ResourceManager – A listener interface to be notified when resources associated with a given key should be removed.

This system does not define what constitutes a resource: that is left up to the resource managers. The most obvious resource is JIT’d memory, but there are others already present in the limited layers that we have in-tree now. For example the lazy stubs introduced by the CompileOnDemandLayer are treated as resources that are allocated on behalf of modules. That means that when you use a ResourceTracker to remove a module we can also automatically remove any stubs that were generated on that module’s behalf.

Each JITDylib will have a default tracker (accessible via JITDylib::getDefaultResourceTracker), and allow creation of new trackers (via JITDylib::createResourceTracker). When adding a MaterializationUnit to a JITDylib (with JITDylib::define, or a Layer’s add method) you can optionally specify a tracker to associate with that unit. If no tracker is specified the default tracker for the target JITDylib will be used. A single tracker can be associated with multiple units the remove and transferTo operations (see below) will apply to all associated units. E.g.

// Resources for MU1 and MU2 tracked by JD’s default tracker:
JD.define(std::move(MU1));

JD.define(std::move(MU2));

// Create a new tracker and use it to track resources for MU2:
auto RT = JD.createResourceTracker();
JD.define(std::move(MU3), RT);
JD.define(std::move(MU4), RT);

You can call ResourceTracker::remove at any time to remove all symbols and resources associated with a tracker. Any active compiles associated with the tracker will receive an error when they try to update the JIT state via their MaterializationResponsibility, and will not be able to associate resources with the tracker’s associated ResourceKey.

E.g. to remove the resources for MU3 and MU4 above, you can just run:

// Remove all resources associated with RT.
RT->remove();

Calling JITDylib::clear() will call remove on all trackers created by the JITDylib (including the default one).

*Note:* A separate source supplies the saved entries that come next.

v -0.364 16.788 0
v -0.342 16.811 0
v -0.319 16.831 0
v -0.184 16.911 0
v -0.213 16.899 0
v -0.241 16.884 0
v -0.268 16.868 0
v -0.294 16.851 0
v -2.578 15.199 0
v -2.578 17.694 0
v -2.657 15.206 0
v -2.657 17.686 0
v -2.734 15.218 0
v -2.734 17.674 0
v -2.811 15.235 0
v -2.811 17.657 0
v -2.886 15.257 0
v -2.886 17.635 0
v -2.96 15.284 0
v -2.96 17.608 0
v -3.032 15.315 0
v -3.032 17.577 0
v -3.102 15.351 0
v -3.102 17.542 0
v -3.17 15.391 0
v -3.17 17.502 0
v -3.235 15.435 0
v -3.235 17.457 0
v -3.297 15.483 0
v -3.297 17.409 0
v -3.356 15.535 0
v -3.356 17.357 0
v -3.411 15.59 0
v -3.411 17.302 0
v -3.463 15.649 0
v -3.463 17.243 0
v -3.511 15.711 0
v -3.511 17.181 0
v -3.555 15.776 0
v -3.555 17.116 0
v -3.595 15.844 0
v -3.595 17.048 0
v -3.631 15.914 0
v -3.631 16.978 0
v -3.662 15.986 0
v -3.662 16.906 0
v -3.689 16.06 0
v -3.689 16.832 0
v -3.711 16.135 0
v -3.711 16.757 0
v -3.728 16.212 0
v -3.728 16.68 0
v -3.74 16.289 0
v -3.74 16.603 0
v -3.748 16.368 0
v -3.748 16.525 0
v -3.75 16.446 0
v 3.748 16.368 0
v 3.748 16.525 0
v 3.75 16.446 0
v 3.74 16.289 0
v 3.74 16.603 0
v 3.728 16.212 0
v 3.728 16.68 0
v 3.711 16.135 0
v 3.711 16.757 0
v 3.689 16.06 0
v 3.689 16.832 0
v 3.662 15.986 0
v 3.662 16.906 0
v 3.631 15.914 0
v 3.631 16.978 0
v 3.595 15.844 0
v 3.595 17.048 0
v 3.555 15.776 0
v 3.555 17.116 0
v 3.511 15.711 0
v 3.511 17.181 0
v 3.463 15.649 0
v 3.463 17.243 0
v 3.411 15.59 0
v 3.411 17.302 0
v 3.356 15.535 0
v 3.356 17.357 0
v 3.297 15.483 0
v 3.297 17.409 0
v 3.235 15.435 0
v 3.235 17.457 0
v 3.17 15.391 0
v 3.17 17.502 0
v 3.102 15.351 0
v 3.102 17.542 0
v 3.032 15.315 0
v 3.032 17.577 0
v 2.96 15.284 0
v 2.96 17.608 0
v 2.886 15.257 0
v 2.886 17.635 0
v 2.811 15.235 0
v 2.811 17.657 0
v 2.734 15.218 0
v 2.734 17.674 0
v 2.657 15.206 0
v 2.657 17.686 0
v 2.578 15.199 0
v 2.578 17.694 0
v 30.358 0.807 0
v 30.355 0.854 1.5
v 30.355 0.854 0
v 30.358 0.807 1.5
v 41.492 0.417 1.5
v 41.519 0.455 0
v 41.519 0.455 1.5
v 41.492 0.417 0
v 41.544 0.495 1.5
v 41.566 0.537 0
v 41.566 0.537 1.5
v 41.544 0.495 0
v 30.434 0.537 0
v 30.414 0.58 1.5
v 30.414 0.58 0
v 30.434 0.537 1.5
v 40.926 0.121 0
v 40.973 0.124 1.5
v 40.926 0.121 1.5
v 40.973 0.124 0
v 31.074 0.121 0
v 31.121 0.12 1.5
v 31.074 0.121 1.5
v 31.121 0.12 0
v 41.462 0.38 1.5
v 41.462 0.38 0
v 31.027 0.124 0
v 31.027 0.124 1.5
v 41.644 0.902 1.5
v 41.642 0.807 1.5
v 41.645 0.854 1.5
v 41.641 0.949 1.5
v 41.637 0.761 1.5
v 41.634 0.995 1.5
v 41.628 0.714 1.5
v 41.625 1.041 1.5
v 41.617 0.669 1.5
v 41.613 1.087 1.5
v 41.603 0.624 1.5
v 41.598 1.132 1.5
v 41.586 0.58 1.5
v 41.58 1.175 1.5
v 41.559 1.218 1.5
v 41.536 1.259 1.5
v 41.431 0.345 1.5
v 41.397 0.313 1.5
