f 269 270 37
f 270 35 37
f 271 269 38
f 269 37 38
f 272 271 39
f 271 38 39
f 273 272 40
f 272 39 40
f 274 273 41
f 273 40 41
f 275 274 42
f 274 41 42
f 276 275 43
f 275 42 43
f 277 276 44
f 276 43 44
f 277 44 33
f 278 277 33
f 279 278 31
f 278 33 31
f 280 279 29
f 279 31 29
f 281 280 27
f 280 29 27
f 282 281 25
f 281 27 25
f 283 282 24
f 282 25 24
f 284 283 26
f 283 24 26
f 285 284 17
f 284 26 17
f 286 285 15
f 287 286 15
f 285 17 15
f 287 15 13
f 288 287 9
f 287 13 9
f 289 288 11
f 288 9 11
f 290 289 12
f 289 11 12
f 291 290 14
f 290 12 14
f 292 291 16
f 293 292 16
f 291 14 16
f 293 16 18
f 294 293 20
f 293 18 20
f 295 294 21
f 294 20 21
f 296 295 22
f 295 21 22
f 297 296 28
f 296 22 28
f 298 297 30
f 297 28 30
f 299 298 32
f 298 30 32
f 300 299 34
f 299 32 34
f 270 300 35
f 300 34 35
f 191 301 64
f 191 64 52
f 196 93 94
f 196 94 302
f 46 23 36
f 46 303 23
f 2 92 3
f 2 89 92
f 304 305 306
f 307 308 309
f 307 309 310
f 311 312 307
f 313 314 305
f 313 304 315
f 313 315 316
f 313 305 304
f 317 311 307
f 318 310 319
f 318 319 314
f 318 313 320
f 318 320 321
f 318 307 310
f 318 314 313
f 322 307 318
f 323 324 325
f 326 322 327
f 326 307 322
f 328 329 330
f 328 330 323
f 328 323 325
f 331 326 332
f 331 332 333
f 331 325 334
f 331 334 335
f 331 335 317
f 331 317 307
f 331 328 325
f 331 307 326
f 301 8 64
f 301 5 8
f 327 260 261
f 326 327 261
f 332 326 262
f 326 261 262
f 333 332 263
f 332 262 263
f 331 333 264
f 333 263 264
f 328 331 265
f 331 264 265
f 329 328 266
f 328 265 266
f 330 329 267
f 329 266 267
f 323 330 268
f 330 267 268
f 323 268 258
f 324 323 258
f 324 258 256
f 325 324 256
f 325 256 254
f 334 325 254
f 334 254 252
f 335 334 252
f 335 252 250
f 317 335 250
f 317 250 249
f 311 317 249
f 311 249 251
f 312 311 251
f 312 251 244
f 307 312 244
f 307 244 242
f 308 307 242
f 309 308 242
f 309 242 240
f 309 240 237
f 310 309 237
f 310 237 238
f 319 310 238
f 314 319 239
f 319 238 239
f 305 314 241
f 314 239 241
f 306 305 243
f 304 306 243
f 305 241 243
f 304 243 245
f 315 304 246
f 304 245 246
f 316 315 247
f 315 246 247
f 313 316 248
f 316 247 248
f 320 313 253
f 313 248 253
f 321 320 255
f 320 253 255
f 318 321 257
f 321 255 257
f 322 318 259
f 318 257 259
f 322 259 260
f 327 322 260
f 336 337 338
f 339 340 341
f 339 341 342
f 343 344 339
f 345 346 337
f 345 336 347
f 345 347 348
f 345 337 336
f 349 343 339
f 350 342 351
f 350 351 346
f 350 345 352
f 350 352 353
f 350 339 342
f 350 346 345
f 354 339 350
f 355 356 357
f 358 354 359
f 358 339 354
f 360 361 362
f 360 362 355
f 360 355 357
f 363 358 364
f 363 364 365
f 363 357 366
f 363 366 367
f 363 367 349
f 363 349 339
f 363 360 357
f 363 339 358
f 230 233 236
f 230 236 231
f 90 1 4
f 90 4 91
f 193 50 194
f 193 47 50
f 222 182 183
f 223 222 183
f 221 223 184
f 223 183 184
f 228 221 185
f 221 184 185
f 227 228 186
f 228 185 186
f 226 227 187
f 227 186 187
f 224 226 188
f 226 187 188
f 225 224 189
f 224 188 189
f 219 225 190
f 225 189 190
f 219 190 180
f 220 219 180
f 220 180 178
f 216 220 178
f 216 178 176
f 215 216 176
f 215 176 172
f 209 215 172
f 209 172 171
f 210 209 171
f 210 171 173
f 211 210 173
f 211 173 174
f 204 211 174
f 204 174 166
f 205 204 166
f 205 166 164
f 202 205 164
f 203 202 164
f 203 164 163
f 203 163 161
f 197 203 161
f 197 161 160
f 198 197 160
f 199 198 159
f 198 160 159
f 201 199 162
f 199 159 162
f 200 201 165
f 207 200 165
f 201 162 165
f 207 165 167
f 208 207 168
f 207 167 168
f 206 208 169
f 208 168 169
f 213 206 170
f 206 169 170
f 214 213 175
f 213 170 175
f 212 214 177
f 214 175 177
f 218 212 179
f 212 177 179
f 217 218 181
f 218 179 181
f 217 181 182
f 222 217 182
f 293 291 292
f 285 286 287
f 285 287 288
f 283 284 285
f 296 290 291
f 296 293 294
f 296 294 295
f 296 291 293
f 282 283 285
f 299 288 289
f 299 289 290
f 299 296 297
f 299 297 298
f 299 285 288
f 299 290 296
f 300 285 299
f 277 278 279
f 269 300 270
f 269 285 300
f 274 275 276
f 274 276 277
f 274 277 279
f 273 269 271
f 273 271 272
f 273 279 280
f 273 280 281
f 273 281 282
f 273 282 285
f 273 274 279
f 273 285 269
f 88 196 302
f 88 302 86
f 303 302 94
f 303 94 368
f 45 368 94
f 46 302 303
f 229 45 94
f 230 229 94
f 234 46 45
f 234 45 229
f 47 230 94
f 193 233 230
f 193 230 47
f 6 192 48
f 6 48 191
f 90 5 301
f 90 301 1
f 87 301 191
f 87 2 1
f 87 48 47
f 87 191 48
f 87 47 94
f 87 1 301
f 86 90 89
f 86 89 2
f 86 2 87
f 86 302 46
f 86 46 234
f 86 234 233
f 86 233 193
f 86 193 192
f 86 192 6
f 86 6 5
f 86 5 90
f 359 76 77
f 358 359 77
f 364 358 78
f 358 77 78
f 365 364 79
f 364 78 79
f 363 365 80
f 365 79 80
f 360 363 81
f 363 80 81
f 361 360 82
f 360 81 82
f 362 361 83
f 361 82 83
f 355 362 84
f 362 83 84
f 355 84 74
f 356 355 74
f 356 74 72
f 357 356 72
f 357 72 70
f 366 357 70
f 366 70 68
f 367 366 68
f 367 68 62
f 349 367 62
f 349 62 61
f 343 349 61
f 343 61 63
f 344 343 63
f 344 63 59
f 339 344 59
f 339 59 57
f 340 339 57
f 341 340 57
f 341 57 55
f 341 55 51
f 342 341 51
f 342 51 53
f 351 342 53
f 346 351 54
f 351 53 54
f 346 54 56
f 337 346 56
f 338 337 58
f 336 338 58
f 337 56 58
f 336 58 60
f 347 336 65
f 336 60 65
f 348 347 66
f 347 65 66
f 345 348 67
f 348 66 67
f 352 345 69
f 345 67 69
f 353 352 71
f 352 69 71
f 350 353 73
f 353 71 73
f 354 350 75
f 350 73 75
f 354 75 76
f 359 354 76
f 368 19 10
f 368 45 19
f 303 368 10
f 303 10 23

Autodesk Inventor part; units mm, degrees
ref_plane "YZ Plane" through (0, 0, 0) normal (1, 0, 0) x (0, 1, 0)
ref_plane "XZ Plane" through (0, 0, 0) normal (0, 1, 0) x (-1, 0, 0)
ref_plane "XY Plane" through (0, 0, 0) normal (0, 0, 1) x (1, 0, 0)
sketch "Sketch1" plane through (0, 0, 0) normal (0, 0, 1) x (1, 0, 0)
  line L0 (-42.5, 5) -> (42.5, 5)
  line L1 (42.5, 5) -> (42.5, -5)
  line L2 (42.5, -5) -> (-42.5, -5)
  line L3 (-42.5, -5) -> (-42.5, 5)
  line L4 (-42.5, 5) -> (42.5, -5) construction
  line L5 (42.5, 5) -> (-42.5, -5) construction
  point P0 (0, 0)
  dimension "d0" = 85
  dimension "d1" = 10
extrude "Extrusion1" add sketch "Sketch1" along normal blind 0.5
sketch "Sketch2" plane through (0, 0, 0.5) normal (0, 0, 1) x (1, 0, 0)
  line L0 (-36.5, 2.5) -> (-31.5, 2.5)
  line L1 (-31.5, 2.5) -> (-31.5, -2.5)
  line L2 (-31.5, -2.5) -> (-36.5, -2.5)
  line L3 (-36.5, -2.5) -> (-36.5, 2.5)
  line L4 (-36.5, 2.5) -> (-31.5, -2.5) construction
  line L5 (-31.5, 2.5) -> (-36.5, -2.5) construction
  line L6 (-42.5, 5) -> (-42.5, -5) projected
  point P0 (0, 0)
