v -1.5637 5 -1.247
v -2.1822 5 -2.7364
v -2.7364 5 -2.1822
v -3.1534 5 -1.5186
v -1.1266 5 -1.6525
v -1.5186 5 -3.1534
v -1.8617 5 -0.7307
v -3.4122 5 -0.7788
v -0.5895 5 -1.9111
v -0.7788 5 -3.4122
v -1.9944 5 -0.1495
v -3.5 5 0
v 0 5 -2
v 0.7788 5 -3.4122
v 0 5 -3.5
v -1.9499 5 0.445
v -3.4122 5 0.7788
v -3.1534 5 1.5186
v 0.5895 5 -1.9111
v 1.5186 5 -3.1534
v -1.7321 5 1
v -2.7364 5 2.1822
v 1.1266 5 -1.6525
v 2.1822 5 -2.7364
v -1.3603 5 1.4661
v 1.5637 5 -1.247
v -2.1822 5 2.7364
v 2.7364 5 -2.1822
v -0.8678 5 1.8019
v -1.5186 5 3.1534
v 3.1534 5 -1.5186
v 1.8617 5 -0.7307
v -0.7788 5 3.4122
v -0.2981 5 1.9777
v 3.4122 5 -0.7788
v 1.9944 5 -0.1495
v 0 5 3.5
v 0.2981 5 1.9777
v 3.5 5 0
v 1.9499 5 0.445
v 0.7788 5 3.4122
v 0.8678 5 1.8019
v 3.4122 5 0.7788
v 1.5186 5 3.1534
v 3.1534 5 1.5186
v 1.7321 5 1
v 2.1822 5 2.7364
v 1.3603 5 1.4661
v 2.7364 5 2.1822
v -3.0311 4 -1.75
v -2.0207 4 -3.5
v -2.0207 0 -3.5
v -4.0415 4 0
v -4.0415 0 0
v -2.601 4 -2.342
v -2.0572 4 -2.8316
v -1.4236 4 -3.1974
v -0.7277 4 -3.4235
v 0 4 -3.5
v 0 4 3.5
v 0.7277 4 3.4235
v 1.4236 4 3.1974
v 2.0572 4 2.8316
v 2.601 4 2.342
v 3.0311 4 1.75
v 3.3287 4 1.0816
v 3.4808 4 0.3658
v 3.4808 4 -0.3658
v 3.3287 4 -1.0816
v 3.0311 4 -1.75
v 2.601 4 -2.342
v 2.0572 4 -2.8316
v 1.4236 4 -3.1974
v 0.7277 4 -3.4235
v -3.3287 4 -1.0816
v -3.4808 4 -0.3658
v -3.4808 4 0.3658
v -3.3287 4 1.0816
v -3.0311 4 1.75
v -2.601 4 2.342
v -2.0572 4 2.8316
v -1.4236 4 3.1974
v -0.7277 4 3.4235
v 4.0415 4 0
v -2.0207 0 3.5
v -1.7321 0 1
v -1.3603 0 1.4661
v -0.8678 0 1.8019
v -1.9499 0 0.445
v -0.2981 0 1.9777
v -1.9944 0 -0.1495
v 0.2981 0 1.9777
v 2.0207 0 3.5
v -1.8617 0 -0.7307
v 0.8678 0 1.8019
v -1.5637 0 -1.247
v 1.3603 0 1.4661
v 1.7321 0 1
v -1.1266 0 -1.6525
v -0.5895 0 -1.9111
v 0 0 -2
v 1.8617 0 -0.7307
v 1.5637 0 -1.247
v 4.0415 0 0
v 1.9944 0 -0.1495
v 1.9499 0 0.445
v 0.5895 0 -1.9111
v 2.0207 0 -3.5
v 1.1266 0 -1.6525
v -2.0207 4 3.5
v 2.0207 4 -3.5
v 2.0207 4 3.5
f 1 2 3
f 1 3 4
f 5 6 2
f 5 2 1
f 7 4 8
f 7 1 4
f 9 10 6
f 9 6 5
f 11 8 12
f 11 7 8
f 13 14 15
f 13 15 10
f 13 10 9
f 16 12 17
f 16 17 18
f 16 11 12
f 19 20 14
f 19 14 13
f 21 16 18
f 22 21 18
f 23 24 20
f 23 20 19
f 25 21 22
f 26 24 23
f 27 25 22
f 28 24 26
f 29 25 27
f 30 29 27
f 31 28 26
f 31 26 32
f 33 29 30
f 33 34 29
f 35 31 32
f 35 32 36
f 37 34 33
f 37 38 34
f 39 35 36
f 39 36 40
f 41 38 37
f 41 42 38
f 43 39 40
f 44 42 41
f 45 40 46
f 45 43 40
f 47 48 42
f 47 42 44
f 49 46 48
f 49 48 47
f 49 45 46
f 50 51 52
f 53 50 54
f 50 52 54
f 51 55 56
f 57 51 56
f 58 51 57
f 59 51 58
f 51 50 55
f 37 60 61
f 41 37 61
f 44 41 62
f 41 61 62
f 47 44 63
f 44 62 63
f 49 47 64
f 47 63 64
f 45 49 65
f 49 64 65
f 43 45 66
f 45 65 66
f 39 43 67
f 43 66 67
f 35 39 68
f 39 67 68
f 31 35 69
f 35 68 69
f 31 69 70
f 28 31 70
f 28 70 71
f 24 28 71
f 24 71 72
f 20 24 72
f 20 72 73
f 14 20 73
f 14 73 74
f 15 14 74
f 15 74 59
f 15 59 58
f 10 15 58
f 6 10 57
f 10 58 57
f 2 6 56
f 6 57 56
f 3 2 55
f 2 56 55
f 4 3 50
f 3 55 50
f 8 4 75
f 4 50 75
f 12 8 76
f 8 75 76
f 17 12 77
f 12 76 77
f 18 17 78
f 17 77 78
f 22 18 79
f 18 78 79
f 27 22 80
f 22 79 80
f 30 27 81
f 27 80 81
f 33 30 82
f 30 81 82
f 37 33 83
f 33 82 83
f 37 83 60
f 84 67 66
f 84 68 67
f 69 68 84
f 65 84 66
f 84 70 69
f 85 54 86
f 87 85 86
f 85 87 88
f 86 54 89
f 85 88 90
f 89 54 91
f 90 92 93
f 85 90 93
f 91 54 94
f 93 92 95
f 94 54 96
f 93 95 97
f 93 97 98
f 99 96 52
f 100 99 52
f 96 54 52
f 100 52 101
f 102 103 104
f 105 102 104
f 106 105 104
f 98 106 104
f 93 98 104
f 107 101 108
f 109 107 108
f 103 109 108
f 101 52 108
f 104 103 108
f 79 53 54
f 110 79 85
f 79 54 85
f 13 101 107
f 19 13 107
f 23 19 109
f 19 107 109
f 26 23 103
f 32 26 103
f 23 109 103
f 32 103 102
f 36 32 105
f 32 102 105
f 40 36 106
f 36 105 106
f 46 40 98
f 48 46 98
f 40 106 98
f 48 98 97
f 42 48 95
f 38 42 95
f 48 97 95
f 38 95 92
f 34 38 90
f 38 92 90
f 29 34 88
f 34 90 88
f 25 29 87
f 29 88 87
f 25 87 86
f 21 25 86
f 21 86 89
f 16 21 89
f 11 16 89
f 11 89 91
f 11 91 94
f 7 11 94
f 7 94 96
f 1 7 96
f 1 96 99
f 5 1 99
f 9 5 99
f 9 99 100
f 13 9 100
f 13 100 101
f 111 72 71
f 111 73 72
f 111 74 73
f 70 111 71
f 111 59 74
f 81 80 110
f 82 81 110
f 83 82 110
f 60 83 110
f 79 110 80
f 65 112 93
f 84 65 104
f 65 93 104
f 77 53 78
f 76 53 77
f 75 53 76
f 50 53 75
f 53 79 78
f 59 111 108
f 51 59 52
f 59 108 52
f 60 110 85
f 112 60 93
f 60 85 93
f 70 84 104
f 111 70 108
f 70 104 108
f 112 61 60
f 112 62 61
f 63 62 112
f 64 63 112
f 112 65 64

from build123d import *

# Parameters (mm, degrees)
EXTRUDE_1_DEPTH     = 4
SKETCH_2_R          = 3.5
EXTRUDE_2_DEPTH     = 1
SKETCH_3_R          = 2
CUT_EXTRUDE_1_DEPTH = 8.320063752


with BuildPart() as part:
    # 草图1 → 凸台-拉伸1 (new body)
    with BuildSketch(Plane(origin=(0, 0, 0), x_dir=(1, 0, 0), z_dir=(0, 1, 0))):
        Polygon((4.041451884, 0), (2.020725942, 3.5), (-2.020725942, 3.5), (-4.041451884, 0), (-2.020725942, -3.5), (2.020725942, -3.5), align=None)
    extrude(amount=EXTRUDE_1_DEPTH)

    # 草图2 → 凸台-拉伸2 (add)
    with BuildSketch(Plane(origin=(0, 4, 0), x_dir=(1, 0, 0), z_dir=(0, 1, 0))):
        Circle(SKETCH_2_R)
    extrude(amount=EXTRUDE_2_DEPTH)

    # 草图3 → 切除-拉伸1 (cut, through all)
    with BuildSketch(Plane.XZ):
        Circle(SKETCH_3_R)
    extrude(amount=-CUT_EXTRUDE_1_DEPTH, mode=Mode.SUBTRACT)


solid = part.part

// Remove all resources associated with JD.
// NOTE: Only removes resources. Does not run deinits.
JD.clear();

You can call ResourceTracker::transferTo at any time. This will transfer tracking of all associated symbols and resources to the destination tracker. Any active compiles associated with the tracker will be reassociated with the destination tracker, and all future resources will be associated with the destination tracker. Merging trackers can reduce administrative overhead, especially when merging onto the default tracker for the JITDylib, which has a more compact representation for ownership of symbols.

E.g. To merge trackers:

auto RT1 = JD.createResourceTracker();
JD.define(std::move(MU1), RT1);
auto RT2 = JD.createResourceTracker();
JD.define(std::move(MU2), RT2);
RT2->transferTo(*RT1);

ResourceTrackers have intrusive shared ownership (JITDylib::createResourceTracker returns a ResourceTrackerSP), but the ExecutionSession and JITDylib do not retain ownership except for each JITDylib’s default tracker. If you release all of your shared pointers to a ResourceTracker then its resources will be automatically transferred (via transferTo) to the default tracker for the JITDylib. E.g.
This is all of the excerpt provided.